Obtain relation between coefficient of volume expansion $(\alpha _v)$ and coefficient of linear expansion $(\alpha _l)$.
Suppose there is a cube of side of length ' $l$ '. When its temperature is increased by $\Delta \mathrm{T}$, it expands equally in all dimensions.

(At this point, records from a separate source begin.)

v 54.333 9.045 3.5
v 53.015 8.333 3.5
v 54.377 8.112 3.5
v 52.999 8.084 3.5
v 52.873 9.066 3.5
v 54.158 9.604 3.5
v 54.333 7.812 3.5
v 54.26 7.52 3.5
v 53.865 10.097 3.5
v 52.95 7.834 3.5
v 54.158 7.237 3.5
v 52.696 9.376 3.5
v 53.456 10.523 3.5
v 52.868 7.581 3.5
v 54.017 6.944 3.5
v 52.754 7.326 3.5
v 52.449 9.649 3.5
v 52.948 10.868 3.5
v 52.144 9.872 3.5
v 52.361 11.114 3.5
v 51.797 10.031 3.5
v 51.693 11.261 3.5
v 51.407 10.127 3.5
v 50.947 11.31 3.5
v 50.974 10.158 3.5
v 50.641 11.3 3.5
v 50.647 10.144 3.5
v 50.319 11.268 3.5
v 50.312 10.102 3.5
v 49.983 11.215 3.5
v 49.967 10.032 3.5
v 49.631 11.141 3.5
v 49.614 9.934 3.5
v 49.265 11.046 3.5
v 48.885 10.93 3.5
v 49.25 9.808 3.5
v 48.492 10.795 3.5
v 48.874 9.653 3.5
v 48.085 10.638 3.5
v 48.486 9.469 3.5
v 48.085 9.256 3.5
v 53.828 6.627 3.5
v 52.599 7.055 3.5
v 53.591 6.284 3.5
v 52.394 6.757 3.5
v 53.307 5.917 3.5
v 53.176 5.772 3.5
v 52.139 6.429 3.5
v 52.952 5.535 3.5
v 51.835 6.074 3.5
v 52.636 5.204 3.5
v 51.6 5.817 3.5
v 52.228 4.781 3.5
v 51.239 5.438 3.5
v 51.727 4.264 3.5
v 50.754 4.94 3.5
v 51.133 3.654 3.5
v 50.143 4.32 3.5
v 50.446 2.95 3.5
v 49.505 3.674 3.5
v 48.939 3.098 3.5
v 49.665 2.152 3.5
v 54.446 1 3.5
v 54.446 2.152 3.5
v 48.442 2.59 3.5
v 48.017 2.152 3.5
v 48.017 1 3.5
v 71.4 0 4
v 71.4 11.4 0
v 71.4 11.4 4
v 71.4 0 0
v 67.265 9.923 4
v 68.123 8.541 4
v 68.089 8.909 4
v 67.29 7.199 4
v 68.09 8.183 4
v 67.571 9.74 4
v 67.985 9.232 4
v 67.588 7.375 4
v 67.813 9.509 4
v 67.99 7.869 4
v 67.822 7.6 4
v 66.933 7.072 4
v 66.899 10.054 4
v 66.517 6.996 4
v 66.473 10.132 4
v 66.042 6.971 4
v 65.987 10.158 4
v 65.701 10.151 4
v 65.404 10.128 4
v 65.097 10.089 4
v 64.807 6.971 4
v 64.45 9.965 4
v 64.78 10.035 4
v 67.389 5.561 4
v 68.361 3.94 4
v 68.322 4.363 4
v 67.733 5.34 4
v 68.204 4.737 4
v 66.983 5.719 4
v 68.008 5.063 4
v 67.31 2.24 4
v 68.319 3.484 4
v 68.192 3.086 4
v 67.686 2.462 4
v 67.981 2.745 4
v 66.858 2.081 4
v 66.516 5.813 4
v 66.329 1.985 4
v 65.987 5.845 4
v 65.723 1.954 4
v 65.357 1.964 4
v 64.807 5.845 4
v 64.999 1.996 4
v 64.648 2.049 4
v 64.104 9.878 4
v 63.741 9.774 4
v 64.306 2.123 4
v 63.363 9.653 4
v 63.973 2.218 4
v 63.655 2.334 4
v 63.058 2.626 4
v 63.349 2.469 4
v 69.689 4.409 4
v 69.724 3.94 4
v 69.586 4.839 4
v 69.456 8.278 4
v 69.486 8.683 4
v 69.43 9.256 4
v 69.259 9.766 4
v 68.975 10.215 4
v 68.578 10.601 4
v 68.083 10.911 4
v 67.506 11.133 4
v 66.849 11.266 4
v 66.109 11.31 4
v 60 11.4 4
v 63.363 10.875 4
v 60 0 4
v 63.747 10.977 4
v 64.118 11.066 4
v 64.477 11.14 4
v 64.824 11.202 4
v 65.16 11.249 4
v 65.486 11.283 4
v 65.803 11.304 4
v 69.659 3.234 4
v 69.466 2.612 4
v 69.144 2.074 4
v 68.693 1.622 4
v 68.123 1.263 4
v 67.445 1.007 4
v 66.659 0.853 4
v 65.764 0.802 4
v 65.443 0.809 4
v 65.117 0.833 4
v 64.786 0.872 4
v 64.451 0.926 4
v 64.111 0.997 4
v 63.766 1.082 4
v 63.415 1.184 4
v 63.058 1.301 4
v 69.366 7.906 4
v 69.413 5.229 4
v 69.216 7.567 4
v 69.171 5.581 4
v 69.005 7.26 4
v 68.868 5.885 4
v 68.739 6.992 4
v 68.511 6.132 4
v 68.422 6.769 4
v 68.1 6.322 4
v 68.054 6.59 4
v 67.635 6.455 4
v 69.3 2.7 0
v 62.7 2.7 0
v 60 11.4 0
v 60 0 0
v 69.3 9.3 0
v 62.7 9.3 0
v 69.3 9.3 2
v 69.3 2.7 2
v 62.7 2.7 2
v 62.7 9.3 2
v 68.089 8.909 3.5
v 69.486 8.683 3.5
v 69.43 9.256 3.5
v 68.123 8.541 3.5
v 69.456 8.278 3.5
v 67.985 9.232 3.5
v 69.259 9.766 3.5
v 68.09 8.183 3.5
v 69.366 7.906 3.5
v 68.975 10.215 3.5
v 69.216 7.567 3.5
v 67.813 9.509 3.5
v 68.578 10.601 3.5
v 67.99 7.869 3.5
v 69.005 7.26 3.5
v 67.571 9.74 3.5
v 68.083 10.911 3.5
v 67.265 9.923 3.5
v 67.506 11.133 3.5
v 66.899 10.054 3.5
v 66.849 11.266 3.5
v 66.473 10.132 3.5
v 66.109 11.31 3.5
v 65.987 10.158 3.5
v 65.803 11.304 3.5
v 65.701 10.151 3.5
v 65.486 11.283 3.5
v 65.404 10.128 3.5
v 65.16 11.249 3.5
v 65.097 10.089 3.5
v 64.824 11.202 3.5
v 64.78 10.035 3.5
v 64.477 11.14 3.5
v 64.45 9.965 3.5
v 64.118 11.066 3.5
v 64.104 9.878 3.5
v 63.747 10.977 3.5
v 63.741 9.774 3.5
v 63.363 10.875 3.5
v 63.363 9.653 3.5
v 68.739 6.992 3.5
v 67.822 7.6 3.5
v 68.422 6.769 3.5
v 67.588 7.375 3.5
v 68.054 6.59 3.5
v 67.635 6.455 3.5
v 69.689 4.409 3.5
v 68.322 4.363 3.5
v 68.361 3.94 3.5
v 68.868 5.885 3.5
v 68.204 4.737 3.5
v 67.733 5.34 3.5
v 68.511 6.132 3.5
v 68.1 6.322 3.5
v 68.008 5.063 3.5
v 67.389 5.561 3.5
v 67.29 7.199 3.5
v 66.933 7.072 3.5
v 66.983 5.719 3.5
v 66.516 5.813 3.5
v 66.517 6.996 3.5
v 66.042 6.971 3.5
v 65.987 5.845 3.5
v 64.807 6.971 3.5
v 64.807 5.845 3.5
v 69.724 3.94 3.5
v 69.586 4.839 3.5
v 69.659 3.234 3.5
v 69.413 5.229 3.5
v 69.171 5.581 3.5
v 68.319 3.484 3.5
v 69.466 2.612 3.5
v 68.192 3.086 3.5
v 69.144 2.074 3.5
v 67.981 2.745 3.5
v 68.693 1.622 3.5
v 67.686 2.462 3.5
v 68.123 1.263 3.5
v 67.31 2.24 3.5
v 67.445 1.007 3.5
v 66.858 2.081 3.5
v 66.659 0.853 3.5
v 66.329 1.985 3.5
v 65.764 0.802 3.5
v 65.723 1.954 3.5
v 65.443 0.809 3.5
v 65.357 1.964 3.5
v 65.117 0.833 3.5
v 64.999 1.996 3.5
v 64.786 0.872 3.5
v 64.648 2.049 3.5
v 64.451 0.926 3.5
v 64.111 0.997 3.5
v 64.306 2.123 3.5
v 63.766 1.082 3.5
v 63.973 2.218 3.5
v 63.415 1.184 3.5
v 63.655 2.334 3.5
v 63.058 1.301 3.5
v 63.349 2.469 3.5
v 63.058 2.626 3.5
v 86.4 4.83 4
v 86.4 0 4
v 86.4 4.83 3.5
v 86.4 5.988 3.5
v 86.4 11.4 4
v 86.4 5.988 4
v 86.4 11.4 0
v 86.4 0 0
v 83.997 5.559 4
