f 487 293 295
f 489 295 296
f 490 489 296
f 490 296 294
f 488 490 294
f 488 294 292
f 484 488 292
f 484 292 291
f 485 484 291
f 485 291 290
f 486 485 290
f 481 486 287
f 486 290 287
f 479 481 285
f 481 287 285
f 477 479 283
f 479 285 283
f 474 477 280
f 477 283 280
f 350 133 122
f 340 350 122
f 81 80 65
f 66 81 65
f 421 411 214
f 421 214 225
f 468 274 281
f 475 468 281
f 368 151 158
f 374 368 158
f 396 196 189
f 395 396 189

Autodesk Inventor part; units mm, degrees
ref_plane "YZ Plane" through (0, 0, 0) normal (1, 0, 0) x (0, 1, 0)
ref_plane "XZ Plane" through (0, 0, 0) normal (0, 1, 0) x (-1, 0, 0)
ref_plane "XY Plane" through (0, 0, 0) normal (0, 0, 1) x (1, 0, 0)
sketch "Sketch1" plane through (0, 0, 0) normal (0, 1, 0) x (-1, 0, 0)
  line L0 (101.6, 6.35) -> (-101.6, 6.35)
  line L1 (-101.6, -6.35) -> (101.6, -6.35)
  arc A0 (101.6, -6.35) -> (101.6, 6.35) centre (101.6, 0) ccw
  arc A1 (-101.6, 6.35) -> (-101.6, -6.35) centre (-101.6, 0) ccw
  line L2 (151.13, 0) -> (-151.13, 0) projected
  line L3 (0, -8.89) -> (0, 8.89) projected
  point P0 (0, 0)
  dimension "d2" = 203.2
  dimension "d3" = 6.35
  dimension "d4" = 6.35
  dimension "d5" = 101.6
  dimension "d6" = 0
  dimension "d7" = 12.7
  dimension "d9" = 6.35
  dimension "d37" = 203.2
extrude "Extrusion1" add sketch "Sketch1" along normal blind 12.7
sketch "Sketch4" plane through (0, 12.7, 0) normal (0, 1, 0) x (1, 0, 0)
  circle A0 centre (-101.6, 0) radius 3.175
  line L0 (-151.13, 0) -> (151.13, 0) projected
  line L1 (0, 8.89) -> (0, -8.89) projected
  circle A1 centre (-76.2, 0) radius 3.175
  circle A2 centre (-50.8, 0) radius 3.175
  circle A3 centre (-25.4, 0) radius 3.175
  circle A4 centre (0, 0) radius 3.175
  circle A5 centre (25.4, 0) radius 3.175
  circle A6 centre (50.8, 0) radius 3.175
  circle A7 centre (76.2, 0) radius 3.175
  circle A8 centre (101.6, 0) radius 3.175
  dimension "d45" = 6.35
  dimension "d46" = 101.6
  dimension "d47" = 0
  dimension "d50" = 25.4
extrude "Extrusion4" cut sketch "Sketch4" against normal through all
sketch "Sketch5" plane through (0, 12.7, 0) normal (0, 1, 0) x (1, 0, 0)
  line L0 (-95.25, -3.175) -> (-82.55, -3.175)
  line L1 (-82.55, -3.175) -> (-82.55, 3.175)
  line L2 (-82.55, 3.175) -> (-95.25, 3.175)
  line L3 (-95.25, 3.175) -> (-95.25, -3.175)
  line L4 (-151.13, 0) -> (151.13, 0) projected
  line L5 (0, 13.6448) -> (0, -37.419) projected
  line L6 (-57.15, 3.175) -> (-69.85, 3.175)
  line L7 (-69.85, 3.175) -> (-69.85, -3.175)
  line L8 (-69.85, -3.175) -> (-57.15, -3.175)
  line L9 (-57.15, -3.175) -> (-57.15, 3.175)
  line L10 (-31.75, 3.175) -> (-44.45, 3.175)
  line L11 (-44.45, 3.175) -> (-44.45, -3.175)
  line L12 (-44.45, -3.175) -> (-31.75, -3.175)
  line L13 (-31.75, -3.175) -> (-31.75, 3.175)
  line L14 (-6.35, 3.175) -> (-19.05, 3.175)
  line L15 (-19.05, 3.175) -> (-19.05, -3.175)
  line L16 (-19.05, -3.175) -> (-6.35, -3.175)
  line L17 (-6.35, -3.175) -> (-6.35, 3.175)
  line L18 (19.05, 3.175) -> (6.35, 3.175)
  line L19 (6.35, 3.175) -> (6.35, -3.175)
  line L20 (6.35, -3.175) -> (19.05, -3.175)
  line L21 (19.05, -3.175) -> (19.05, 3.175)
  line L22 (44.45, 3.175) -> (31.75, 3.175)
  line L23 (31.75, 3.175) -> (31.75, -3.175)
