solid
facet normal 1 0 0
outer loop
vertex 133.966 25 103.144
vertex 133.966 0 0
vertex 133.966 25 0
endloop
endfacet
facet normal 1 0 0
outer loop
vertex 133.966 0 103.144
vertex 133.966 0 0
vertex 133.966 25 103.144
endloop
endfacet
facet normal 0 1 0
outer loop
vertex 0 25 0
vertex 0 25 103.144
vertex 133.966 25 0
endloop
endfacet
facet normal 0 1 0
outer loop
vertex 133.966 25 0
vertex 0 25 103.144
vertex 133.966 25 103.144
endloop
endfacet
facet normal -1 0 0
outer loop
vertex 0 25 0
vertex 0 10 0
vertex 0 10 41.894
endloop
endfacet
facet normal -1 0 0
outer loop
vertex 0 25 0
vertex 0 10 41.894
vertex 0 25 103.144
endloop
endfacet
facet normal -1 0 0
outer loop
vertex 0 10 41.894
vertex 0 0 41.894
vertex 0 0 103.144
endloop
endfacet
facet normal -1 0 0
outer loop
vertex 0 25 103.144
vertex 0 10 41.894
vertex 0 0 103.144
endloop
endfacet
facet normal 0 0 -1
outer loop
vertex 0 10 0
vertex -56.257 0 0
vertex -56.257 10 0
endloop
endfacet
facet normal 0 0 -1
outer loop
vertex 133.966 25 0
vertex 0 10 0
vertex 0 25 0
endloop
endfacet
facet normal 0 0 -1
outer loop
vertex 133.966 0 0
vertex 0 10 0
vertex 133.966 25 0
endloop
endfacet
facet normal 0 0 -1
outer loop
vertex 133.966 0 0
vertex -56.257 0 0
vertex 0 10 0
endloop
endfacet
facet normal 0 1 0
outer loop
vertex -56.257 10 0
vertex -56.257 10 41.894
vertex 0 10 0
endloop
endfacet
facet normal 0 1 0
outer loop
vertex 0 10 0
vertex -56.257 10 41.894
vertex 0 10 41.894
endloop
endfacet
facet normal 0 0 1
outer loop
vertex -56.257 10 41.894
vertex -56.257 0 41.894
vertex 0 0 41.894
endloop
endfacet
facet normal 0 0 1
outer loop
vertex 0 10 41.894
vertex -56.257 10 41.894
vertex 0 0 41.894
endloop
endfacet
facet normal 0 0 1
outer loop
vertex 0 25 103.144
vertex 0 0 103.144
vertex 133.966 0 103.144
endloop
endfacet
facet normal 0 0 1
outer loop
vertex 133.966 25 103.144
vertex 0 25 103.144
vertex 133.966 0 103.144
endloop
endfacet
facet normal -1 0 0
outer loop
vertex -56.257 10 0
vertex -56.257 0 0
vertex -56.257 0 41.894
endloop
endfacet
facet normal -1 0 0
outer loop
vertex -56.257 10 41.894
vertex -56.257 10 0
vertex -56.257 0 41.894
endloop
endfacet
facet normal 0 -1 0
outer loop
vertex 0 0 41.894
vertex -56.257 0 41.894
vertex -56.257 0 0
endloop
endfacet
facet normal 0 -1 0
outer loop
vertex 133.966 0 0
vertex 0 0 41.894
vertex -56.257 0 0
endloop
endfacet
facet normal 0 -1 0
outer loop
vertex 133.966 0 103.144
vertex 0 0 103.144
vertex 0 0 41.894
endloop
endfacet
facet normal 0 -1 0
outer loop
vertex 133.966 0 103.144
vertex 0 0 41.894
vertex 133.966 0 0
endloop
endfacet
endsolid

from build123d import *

# Parameters (mm, degrees)
F0_W     = 133.965507
F0_H     = 103.144266
F1_DEPTH = 25
F2_W     = 56.256611
F2_H     = 41.894164
F3_DEPTH = 10


with BuildPart() as f1:
    # F0 (on Front) → F1 (new body)
    with BuildSketch(Plane.XZ):
        with Locations((66.982754, 51.572133)):
            Rectangle(F0_W, F0_H)
    extrude(amount=-F1_DEPTH)

    # F2 (on Front) → F3 (join)
    with BuildSketch(Plane.XZ):
        with Locations((-28.128305, 20.947082)):
            Rectangle(F2_W, F2_H)
    extrude(amount=-F3_DEPTH)


solid = f1.part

Hence from $\mathrm{V}=l^{3}$
$\Delta \mathrm{V}=(l+\Delta l)^{3}-l^{3}$
$=l^{3}+3 l^{2} \Delta l+3 l(\Delta l)^{2}+(\Delta l)^{3}-l^{3}$
But $(\Delta l)^{2}$ and $(\Delta l)^{3}$ are much more less than $l$, hence by neglecting them
$\Delta \mathrm{V}=3 l^{2} \Delta l$
... $(1)$
But, from linear expansion.
$\Delta l=\alpha_{l} l \Delta \mathrm{T}$
$\ldots$ $(2)$
$\therefore \quad$ By using value of equation $(1)$ in equation $(2)$,
$\Delta \mathrm{V} =3 l^{2}\left(\alpha_{l} l \Delta \mathrm{T}\right)$
$=3 l^{3} \alpha_{l} \Delta \mathrm{T}$
$\Delta \mathrm{V} =3 \mathrm{~V} \alpha_{l} \Delta \mathrm{T}$
$\left(\because l^{3}\right.=\text { volume of cube })$
$\ldots$ $(3)$
By comparing equation $(3)$ with general equation of volume expansion $\Delta \mathrm{V}=\alpha_{\mathrm{V}} \mathrm{V} \Delta \mathrm{T}$.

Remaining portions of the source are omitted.